**TASK DETAILS**
Compute the number of lines in the following data that include the word "against", and output that number alone.

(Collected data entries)
# # # # # # #

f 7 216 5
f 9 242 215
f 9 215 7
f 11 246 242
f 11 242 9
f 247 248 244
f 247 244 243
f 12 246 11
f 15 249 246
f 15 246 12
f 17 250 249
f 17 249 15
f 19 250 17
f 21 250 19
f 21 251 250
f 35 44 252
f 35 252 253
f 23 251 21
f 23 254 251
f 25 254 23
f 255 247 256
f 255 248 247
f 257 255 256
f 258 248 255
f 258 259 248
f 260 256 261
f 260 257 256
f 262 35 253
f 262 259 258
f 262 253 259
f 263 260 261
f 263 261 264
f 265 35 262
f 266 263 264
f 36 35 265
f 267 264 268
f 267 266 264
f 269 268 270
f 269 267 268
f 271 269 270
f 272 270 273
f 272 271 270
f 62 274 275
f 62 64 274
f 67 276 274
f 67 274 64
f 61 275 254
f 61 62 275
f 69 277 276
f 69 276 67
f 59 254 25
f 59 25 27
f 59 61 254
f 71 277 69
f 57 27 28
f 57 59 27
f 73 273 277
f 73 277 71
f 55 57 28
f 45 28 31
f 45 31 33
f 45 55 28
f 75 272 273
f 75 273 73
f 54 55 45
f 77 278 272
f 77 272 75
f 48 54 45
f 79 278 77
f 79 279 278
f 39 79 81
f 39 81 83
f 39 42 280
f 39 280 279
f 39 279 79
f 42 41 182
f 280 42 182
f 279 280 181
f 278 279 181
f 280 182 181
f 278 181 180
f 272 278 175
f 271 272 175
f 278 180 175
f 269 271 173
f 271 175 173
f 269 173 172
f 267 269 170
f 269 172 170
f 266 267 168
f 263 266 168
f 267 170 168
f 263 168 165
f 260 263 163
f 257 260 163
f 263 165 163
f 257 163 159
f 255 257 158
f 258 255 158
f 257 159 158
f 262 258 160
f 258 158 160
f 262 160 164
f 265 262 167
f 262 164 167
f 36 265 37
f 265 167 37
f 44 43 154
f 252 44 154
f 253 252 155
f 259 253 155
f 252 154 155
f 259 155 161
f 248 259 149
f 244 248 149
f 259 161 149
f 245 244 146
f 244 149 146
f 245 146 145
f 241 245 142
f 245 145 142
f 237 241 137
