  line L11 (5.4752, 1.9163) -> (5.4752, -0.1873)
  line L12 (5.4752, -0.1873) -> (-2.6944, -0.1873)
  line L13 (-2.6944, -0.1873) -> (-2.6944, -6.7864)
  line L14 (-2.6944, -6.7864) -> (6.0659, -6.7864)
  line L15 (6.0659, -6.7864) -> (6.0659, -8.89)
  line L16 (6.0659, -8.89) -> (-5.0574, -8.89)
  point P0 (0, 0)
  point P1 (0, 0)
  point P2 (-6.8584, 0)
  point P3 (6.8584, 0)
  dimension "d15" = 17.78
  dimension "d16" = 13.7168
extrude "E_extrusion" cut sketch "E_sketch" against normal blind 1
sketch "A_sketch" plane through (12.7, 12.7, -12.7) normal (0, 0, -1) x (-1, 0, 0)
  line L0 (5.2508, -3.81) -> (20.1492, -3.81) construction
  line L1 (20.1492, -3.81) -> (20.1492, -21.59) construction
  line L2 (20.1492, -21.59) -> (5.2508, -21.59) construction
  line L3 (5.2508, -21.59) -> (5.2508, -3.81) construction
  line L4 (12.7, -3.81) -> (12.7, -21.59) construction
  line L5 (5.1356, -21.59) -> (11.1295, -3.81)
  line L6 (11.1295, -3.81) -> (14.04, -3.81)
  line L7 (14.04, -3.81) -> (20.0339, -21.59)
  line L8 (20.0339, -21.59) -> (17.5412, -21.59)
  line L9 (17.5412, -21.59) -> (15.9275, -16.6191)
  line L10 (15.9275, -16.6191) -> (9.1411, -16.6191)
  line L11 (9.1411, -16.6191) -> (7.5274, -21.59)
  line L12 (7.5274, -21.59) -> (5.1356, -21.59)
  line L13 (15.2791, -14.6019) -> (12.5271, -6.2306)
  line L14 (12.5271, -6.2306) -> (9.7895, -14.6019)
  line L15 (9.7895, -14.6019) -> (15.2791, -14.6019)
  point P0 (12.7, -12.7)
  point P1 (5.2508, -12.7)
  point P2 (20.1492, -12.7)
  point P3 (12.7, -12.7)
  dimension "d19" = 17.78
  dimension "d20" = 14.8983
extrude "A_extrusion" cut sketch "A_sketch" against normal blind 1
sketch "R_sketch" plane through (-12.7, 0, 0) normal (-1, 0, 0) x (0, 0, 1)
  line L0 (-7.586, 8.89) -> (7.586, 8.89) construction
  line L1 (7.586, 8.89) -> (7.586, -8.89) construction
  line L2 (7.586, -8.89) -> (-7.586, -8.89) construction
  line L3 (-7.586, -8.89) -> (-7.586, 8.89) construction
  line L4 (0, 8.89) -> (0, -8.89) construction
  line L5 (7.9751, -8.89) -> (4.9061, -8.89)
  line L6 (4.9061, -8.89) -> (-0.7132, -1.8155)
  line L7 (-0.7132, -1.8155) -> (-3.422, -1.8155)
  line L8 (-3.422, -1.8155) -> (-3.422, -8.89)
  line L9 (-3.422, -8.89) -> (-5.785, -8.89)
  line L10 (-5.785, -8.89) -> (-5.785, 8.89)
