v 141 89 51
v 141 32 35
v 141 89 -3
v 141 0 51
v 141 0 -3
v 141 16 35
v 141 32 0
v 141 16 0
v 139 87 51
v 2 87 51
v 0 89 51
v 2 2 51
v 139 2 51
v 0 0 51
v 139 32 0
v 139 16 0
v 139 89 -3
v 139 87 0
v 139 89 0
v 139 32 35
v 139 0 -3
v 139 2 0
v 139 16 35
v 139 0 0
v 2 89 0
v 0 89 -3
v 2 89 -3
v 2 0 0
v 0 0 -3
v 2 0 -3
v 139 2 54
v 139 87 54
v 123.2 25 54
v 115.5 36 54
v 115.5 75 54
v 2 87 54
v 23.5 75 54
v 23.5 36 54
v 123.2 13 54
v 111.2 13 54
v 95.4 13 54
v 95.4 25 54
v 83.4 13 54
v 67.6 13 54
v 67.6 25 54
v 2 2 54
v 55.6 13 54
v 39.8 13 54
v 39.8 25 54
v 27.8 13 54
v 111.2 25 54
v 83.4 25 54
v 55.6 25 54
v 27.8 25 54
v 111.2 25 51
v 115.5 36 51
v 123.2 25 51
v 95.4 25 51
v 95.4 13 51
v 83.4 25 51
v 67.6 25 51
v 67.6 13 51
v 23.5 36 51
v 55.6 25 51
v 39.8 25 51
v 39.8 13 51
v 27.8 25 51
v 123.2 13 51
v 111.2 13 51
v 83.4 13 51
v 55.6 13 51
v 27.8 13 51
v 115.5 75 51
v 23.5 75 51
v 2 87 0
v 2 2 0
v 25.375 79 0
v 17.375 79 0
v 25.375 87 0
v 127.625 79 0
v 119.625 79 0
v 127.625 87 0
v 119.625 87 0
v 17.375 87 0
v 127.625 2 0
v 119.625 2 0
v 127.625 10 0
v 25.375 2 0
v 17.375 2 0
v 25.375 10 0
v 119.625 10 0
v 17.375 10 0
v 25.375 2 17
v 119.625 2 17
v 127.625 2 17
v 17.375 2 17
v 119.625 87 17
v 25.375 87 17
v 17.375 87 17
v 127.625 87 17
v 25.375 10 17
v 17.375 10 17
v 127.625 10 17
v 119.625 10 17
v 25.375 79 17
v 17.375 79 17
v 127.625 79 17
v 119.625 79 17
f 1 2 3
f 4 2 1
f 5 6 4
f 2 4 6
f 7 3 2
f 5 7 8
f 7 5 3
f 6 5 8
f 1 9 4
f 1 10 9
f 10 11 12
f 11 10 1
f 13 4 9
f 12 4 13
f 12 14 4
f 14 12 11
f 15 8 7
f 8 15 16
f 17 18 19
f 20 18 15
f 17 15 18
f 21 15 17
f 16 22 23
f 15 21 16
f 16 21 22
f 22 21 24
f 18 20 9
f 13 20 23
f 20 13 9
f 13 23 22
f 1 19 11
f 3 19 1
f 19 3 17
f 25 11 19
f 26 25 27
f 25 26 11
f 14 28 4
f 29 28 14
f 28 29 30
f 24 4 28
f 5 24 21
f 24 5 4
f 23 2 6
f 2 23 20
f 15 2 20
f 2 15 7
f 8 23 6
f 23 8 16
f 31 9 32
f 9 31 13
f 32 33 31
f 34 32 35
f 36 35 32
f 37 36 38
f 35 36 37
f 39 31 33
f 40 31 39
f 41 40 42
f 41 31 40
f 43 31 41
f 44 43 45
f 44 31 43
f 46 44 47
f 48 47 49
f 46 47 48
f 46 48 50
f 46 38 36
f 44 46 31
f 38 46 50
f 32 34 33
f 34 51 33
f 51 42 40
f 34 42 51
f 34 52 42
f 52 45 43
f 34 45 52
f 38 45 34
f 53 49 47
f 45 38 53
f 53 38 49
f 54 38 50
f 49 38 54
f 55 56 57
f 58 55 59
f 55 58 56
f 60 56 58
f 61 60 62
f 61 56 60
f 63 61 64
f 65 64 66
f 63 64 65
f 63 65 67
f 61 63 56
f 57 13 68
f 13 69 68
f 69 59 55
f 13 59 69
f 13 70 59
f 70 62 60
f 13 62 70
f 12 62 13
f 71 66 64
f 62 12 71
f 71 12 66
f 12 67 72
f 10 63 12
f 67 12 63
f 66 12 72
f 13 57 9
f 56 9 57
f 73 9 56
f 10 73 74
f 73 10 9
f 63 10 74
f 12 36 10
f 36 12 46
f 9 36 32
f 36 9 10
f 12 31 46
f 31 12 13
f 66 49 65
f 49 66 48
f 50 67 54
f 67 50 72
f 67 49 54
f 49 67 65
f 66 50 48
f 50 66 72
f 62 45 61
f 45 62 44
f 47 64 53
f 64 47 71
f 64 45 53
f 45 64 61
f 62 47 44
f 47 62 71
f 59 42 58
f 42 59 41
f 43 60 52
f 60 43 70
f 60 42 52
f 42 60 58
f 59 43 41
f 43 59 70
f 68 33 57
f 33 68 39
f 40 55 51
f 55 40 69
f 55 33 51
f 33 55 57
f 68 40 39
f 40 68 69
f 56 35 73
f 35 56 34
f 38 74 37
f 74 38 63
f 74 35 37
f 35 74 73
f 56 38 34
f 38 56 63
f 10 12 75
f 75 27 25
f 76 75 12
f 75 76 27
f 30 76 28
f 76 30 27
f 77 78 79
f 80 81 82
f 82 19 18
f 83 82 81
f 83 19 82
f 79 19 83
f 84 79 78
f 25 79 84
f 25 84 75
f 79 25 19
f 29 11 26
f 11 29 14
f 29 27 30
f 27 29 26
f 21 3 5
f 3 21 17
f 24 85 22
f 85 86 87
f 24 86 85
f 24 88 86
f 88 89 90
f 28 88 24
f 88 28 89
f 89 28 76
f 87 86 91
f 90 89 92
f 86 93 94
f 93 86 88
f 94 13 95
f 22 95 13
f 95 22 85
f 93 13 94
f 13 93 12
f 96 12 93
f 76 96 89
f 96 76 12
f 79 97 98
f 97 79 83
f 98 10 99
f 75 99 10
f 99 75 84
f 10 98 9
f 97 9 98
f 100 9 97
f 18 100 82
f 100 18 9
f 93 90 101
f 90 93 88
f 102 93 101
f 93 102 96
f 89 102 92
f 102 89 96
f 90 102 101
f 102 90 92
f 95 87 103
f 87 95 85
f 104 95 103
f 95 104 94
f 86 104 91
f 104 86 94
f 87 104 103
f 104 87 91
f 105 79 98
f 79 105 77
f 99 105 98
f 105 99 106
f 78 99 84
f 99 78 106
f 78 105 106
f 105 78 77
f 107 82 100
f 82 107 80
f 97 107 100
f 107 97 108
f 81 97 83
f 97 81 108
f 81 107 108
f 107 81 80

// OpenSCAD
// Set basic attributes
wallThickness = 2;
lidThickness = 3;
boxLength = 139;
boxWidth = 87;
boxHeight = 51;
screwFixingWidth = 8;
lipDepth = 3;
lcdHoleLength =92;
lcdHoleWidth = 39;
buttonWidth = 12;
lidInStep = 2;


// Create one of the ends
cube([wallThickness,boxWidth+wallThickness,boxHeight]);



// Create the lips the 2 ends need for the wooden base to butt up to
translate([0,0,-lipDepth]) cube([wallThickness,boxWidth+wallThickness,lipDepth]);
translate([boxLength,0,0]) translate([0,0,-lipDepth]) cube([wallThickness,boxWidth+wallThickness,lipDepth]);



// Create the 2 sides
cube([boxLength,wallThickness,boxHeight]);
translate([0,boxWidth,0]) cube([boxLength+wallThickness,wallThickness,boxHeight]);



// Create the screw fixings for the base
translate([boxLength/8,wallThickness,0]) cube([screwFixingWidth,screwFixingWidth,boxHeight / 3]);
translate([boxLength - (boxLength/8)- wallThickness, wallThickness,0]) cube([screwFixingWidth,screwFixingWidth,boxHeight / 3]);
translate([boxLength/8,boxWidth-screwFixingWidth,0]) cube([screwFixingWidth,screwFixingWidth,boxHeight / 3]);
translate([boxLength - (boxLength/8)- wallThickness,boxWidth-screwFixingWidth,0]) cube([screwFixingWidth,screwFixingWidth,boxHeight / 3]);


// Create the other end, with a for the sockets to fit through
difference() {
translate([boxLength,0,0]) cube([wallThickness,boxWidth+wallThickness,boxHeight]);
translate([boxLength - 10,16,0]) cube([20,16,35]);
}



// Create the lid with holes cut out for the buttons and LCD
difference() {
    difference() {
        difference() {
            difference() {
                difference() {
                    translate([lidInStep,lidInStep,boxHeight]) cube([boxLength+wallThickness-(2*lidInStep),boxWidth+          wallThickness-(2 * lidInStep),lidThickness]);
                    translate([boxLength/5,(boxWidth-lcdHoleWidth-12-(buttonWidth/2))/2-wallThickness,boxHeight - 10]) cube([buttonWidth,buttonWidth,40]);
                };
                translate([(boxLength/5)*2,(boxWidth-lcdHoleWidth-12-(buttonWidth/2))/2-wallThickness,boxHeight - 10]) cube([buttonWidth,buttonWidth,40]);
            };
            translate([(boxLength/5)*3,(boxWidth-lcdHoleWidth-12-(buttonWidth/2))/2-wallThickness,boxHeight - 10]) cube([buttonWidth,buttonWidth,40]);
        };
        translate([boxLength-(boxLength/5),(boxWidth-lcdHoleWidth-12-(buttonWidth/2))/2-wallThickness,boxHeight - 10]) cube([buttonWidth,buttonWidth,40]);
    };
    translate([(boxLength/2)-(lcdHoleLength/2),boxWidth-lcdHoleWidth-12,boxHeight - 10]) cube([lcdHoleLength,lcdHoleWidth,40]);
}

# # # # # # #

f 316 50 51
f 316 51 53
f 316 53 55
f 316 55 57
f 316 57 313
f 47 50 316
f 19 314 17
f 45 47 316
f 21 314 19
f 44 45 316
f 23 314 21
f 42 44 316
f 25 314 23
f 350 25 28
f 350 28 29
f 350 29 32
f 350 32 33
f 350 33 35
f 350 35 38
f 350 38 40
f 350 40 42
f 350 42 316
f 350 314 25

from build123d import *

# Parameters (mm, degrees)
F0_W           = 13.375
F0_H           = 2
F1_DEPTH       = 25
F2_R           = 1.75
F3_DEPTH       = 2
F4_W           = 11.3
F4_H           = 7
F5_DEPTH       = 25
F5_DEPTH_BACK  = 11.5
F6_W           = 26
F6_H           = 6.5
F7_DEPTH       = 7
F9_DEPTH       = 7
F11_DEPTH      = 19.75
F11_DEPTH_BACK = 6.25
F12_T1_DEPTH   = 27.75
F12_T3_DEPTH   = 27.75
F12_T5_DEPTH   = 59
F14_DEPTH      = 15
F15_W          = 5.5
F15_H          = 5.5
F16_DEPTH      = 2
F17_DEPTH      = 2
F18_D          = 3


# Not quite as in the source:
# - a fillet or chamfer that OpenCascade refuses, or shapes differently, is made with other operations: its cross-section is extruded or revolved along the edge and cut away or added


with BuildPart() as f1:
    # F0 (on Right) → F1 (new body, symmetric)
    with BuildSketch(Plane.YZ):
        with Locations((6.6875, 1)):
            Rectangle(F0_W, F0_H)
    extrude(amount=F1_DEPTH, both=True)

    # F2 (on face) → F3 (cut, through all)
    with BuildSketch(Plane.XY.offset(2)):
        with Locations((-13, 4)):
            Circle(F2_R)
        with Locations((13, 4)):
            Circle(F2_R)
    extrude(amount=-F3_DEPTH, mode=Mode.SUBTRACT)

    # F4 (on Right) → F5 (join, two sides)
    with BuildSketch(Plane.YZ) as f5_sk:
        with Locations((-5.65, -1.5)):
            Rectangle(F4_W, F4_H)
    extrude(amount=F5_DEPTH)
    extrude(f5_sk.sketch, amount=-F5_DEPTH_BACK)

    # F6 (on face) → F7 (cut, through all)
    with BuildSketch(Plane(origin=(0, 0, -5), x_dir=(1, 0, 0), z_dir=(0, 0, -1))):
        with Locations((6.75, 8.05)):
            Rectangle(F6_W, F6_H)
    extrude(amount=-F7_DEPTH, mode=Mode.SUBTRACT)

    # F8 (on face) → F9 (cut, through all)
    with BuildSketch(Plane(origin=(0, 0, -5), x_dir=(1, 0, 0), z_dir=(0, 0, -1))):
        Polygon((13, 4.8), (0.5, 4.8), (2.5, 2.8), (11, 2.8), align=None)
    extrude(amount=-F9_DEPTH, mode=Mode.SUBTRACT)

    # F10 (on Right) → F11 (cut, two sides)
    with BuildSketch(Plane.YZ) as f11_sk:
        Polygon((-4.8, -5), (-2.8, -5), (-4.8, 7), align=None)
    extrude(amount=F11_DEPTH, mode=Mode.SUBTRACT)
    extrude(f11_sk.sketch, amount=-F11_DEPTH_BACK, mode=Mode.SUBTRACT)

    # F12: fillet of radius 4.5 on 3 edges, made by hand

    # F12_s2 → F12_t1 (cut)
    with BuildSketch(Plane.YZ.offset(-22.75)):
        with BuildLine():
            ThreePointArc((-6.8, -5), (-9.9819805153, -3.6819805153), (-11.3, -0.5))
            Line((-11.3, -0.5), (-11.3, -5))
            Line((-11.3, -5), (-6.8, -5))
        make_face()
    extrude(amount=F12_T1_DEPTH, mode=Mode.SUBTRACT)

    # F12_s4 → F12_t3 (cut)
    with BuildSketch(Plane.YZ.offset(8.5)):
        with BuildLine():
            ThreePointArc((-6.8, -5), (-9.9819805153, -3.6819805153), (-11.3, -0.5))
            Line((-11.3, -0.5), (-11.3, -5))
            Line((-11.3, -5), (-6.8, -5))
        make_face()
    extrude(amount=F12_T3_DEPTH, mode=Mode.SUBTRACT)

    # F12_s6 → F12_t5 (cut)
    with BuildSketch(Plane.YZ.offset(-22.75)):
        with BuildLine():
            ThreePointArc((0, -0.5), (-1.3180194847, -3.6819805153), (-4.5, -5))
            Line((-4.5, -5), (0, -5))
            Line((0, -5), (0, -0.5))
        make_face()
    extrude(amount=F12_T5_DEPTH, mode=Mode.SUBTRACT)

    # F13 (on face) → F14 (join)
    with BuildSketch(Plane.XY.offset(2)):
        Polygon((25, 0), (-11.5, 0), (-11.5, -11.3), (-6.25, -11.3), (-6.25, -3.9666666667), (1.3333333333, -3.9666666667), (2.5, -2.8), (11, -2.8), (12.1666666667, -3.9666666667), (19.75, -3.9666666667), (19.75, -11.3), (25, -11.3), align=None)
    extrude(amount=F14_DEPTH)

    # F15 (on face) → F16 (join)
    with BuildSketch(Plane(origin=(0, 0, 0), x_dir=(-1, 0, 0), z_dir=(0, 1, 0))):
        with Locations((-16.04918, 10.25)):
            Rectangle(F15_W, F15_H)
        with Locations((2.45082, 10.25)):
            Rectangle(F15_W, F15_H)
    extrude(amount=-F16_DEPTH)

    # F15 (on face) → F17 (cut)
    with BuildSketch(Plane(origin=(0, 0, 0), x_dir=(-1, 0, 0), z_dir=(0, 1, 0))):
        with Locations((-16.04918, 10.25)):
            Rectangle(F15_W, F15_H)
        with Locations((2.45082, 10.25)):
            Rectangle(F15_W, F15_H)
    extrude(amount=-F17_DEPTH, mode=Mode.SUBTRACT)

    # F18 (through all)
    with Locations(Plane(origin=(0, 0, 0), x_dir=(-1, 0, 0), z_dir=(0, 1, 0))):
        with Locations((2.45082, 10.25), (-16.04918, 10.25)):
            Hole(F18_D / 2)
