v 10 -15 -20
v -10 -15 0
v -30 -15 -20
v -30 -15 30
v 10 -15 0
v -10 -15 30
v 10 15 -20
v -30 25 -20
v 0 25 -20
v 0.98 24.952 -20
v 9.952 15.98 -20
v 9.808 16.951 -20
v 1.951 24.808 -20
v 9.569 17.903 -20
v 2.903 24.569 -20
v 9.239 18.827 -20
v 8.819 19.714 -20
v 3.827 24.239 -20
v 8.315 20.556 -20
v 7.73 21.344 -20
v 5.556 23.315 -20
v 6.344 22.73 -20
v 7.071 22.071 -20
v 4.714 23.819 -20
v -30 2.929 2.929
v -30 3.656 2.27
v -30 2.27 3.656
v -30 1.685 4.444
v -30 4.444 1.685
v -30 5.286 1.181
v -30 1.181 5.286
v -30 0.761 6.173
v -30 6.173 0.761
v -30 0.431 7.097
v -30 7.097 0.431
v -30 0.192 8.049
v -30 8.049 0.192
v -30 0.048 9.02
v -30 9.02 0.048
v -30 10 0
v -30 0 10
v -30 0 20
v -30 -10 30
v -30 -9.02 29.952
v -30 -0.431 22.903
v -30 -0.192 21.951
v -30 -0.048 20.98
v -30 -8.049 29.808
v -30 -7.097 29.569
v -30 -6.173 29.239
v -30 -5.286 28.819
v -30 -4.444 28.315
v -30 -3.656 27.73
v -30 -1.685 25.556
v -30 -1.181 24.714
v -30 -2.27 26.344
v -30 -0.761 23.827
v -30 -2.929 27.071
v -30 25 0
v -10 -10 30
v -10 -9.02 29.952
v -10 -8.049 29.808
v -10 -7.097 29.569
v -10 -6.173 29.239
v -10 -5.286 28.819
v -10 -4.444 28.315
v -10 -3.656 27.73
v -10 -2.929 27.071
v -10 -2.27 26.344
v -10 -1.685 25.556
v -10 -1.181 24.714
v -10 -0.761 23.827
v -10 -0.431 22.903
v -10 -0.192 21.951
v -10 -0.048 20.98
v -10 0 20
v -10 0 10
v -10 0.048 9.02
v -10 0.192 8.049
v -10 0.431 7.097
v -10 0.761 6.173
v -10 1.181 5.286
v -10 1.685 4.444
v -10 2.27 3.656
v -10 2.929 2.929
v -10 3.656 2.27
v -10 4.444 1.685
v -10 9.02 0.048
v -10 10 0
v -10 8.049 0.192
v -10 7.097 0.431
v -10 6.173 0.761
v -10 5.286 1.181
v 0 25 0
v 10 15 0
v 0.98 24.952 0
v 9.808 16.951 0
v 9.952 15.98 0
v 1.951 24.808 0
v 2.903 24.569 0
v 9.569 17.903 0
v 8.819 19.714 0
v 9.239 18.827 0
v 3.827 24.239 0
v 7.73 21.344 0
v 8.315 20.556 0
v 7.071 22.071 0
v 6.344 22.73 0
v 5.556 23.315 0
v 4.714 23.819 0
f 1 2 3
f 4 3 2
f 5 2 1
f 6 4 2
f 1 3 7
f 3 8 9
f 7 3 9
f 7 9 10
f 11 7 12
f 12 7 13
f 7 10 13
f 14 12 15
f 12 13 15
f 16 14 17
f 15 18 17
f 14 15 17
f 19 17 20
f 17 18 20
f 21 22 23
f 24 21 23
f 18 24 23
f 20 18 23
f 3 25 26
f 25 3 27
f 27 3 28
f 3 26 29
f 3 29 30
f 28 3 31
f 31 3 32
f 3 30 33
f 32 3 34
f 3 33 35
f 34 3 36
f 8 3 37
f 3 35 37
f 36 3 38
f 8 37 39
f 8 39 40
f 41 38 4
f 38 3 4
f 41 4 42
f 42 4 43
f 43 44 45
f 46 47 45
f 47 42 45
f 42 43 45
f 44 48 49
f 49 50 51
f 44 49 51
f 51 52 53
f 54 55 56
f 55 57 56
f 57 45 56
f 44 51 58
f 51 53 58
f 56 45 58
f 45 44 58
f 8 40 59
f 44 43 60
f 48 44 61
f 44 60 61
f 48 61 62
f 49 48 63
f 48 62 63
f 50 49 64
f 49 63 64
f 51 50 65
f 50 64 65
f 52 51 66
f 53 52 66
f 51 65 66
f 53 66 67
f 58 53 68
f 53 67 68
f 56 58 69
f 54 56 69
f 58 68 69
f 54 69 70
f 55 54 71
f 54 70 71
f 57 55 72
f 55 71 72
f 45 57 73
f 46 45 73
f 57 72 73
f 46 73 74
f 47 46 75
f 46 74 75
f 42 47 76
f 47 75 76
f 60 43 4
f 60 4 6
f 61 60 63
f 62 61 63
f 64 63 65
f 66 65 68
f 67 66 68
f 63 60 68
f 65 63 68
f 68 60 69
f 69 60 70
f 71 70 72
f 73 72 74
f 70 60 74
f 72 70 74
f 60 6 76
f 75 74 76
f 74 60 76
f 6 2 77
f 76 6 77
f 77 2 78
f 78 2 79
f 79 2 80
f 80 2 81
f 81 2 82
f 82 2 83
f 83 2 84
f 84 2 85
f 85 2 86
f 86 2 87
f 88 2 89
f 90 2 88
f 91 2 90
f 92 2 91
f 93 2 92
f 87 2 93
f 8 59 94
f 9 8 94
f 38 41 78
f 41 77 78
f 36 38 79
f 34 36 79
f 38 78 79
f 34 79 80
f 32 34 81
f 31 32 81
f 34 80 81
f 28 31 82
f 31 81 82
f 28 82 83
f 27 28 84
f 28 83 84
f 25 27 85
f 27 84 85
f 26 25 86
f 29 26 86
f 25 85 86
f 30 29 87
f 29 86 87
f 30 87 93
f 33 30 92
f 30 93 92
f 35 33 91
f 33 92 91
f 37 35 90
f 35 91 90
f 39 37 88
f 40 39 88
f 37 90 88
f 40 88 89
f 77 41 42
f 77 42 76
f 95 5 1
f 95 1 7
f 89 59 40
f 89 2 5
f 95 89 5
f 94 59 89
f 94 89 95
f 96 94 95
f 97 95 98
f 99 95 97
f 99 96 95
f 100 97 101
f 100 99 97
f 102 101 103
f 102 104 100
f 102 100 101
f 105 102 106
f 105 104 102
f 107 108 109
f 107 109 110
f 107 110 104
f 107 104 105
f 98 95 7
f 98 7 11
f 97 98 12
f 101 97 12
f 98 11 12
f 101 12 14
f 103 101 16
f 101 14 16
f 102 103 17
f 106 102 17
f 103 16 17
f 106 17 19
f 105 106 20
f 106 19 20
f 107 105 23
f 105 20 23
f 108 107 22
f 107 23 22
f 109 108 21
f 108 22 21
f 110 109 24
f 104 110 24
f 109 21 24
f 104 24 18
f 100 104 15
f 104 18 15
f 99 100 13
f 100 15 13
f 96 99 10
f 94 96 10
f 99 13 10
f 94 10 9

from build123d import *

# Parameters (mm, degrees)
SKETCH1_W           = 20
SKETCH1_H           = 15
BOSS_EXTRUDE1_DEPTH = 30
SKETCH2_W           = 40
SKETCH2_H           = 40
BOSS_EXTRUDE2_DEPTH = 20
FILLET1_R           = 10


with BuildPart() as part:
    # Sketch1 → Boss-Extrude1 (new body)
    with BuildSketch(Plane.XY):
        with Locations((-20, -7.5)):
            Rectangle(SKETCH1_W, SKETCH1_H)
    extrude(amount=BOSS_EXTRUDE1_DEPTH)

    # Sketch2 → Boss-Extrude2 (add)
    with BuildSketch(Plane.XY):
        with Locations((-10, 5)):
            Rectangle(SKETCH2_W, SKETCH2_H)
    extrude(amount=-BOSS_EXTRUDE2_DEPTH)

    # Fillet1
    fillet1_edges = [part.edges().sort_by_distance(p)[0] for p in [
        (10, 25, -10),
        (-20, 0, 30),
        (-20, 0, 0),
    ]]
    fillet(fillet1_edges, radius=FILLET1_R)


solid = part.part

# # # # # # #

**SOLUTION TO THIS PROBLEM**
2